US attorney wants more time to indict gov.

December 31, 2008 3:37:30 PM PST
Wednesday's court filing shows that the investigation into the governor's activities in office is expanding. From the point of the governor's arrest on December 9, federal prosecutors had 30 days within which to bring an indictment or ask for extension. They have done what was widely expected they would do; ask for more time. And their request makes it clear there's much more to come in the case against Rod Blagojevich.

Federal prosecutors are asking for another 90 days to fully develop the case against the governor.

Wednesday's court filing reveals the government's investigation of Rod Blagojevich began in 2003, not long after he first took office.

This year between late October and the governor's arrest on December 9, thousands of phone calls were intercepted. In addition, the government says multiple witnesses have come forward in recent weeks to discuss their knowledge of criminal activity in this investigation. There are multiple defendants and potential defendants. It's getting bigger.

In Springfield, where the House select committee on impeachment resumes its work Tuesday, lawmakers are incensed by the Blagojevich appointment of Roland Burris.

"It's not an impeachable step. Not something that violates his constitutional oath, but it does violate the general sense of legislators of what is appropriate, what is fair play and what should have been done," Ill. Rep. Lou Lang, (D) Skokie

Committee members say they intend to move with diligence and dispatch. The House republican leader believes a full house vote to impeach could come late next week.

If not next week, some predict the full house vote on impeachment will come the week after next, and the case would move to the state Senate for trial after the new legislature is seated on January 14.

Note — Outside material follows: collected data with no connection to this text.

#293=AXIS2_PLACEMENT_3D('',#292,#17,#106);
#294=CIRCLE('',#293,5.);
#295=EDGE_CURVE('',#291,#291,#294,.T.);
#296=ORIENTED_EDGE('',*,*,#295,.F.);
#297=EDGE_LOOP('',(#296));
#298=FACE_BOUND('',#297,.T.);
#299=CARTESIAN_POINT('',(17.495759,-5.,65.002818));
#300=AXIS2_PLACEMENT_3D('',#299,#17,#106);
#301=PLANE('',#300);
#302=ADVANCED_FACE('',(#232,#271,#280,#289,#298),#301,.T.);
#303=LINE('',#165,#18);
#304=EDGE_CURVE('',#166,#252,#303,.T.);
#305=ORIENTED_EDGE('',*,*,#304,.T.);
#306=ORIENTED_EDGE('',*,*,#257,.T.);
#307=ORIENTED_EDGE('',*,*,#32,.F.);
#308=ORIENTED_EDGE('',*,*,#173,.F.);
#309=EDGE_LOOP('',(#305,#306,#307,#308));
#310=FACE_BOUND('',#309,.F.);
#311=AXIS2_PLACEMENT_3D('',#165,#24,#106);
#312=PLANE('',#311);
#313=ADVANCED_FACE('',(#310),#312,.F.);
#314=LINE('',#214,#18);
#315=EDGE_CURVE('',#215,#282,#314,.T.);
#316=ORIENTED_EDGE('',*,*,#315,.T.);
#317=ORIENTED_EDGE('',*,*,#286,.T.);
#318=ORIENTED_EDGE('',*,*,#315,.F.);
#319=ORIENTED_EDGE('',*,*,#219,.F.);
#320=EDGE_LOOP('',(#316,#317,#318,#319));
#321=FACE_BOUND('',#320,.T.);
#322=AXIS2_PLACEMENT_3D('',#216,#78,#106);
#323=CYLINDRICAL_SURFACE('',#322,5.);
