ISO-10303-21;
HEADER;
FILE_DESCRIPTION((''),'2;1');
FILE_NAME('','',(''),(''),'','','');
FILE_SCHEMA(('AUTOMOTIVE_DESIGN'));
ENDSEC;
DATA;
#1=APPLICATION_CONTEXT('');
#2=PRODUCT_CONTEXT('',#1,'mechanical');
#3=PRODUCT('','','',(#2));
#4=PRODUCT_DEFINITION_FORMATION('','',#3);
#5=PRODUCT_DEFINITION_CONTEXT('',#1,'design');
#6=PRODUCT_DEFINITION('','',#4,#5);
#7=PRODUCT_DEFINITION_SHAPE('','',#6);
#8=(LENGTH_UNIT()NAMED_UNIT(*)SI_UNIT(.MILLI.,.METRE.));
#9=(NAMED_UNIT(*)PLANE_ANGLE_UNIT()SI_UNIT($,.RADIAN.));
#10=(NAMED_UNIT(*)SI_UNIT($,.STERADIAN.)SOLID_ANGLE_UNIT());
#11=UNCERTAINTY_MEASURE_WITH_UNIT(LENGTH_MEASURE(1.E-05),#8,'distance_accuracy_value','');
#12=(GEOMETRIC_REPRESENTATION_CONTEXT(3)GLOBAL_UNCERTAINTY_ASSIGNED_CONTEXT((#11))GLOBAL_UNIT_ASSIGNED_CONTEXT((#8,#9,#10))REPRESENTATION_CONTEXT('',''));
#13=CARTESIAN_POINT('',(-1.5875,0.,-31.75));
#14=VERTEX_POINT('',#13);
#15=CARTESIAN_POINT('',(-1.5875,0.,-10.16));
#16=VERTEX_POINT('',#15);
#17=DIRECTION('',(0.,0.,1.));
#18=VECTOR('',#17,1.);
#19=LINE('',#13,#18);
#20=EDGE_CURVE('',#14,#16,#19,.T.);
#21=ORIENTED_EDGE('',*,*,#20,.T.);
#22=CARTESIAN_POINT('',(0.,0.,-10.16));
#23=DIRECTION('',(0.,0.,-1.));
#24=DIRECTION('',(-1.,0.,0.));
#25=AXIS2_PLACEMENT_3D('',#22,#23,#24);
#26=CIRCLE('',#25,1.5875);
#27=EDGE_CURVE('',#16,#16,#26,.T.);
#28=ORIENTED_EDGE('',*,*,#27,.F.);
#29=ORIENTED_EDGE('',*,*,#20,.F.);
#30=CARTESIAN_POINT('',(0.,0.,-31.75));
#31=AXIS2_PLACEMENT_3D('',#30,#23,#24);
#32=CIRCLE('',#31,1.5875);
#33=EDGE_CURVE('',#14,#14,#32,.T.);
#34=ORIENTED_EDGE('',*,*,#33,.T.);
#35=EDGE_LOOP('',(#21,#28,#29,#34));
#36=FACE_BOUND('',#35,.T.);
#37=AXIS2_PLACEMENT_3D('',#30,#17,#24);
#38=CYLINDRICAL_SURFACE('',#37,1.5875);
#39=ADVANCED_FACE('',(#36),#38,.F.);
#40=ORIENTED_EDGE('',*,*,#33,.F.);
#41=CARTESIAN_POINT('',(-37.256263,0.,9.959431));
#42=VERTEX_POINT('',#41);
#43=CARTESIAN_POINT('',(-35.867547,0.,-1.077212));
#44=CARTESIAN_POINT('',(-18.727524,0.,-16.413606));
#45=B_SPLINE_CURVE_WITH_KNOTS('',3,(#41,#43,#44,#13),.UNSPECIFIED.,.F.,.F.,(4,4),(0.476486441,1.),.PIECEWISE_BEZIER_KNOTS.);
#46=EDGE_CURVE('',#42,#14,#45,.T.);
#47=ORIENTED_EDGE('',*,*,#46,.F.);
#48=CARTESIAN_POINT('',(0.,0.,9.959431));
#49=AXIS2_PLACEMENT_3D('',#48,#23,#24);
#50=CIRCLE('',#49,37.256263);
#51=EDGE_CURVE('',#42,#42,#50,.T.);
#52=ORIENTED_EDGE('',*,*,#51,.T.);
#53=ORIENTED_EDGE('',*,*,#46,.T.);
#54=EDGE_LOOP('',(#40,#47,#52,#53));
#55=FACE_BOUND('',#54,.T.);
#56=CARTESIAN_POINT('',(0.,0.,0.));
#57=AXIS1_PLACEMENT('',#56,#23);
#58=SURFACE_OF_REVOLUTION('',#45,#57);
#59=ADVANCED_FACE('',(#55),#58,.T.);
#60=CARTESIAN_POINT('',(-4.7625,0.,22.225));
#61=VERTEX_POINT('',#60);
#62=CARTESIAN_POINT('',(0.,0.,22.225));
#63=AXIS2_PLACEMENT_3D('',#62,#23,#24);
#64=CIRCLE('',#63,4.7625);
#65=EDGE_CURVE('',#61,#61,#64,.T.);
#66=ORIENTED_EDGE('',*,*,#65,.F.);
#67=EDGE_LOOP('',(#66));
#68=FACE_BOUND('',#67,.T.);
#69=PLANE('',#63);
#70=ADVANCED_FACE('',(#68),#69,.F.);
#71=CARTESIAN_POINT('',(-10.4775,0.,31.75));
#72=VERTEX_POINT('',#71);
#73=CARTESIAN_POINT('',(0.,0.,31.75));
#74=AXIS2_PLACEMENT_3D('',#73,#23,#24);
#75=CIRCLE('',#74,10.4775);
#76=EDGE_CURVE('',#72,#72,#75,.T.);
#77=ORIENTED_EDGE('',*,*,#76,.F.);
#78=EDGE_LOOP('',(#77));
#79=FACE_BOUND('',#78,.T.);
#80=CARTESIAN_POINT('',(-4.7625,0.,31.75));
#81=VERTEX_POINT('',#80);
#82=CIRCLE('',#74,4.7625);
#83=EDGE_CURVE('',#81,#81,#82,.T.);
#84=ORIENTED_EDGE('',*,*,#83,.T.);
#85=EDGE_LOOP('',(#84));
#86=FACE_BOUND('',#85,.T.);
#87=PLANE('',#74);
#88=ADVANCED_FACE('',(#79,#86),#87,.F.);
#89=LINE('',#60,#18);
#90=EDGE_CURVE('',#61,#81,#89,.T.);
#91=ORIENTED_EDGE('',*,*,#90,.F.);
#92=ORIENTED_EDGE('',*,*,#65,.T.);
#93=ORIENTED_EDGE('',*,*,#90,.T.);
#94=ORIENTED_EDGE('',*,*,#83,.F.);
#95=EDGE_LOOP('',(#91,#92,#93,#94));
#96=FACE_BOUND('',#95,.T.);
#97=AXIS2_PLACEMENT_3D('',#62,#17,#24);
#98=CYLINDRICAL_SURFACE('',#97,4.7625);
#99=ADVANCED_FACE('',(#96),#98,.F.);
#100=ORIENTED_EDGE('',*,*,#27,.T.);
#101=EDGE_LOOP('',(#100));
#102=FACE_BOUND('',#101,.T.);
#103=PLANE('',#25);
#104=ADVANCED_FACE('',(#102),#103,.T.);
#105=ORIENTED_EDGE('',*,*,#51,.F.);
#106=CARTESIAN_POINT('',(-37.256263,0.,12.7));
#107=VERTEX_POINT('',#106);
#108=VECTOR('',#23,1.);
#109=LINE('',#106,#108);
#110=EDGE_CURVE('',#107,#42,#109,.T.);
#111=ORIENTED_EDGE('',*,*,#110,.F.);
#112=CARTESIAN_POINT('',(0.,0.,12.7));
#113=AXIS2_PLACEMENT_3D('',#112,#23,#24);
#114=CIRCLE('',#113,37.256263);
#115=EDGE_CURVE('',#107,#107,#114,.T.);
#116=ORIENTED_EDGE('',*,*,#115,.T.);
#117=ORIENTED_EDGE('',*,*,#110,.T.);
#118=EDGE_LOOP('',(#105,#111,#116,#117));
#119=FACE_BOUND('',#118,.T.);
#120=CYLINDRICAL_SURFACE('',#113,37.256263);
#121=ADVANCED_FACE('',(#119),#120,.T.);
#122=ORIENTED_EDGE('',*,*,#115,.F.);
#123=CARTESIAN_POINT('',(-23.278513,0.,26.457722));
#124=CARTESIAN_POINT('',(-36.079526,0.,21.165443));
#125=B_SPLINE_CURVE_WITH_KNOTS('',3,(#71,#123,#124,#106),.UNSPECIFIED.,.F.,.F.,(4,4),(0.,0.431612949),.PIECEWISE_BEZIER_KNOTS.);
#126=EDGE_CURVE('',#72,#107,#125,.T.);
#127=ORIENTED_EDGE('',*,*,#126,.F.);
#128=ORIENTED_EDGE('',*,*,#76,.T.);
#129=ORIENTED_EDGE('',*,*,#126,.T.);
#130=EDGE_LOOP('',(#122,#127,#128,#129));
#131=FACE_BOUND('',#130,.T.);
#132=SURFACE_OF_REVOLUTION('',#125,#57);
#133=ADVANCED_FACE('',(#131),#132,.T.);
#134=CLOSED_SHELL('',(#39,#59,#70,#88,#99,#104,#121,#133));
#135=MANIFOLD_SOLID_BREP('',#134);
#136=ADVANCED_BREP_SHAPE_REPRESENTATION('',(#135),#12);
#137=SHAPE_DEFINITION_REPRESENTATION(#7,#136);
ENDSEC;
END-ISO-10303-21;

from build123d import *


with BuildPart() as f1:
    # F0 (on Front) → F1 (revolve)
    with BuildSketch(Plane.XZ):
        with BuildLine():
            Line((-4.7625, 22.225), (-4.7625, 31.75))
            Line((-4.7625, 31.75), (-10.4775, 31.75))
            add(Edge.make_bspline(
                [(-10.4775, 31.75), (-23.2785131592, 26.4577216245), (-36.0795263184, 21.1654432489), (-37.2562628995, 12.7)],
                knots=[0, 0, 0, 0, 0.4316129486, 0.4316129486, 0.4316129486, 0.4316129486], degree=3))
            Line((-37.2562628995, 12.7), (-37.2562628995, 9.9594308139))
            add(Edge.make_bspline(
                [(-37.2562628995, 9.9594308139), (-35.8675474383, -1.0772119386), (-18.7275237192, -16.4136059693), (-1.5875, -31.75)],
                knots=[0.4764864414, 0.4764864414, 0.4764864414, 0.4764864414, 1, 1, 1, 1], degree=3))
            Line((-1.5875, -31.75), (-1.5875, -10.16))
            Line((-1.5875, -10.16), (0, -10.16))
            Line((0, -10.16), (0, 22.225))
            Line((0, 22.225), (-4.7625, 22.225))
        make_face()
    revolve(axis=Axis((0, 0, 0), (0, 0, -1)))


solid = f1.part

"I believe there is a desire in the senate as we have had in the house - to do this correctly and with all due process as quickly as we can because the people of Illinois deserve an end to this process," said Ill. Rep. Tom Cross House GOP Leader

Prosecutors will go to court on Monday to formally ask for the extension. They will also ask the court to release four select secret recordings of the governor for use by the House committee on impeachment.

The decision on that request may not come on Monday, and while committee members say they would welcome the tapes and would intend to play them publicly, they won't allow their absence to slow the impeachment process.

Prosecutors will go to court on Monday to formally ask for the extension. They will also ask the court to release four select secret recordings of the governor for use by the House committee on impeachment.

The decision on that request may not come on Monday. And while committee members say they would welcome the tapes and would intend to play them publicly, they won't allow their absence to slow the impeachment process.

On Wednesday afternoon, Roland Burris went to the Illinois state supreme court, filed a motion that he asks would compel Jesse White to sign that certificate that says he is ready to become a U.S. Senator. White has said he won't. The Senate Democrats say they won't seat him.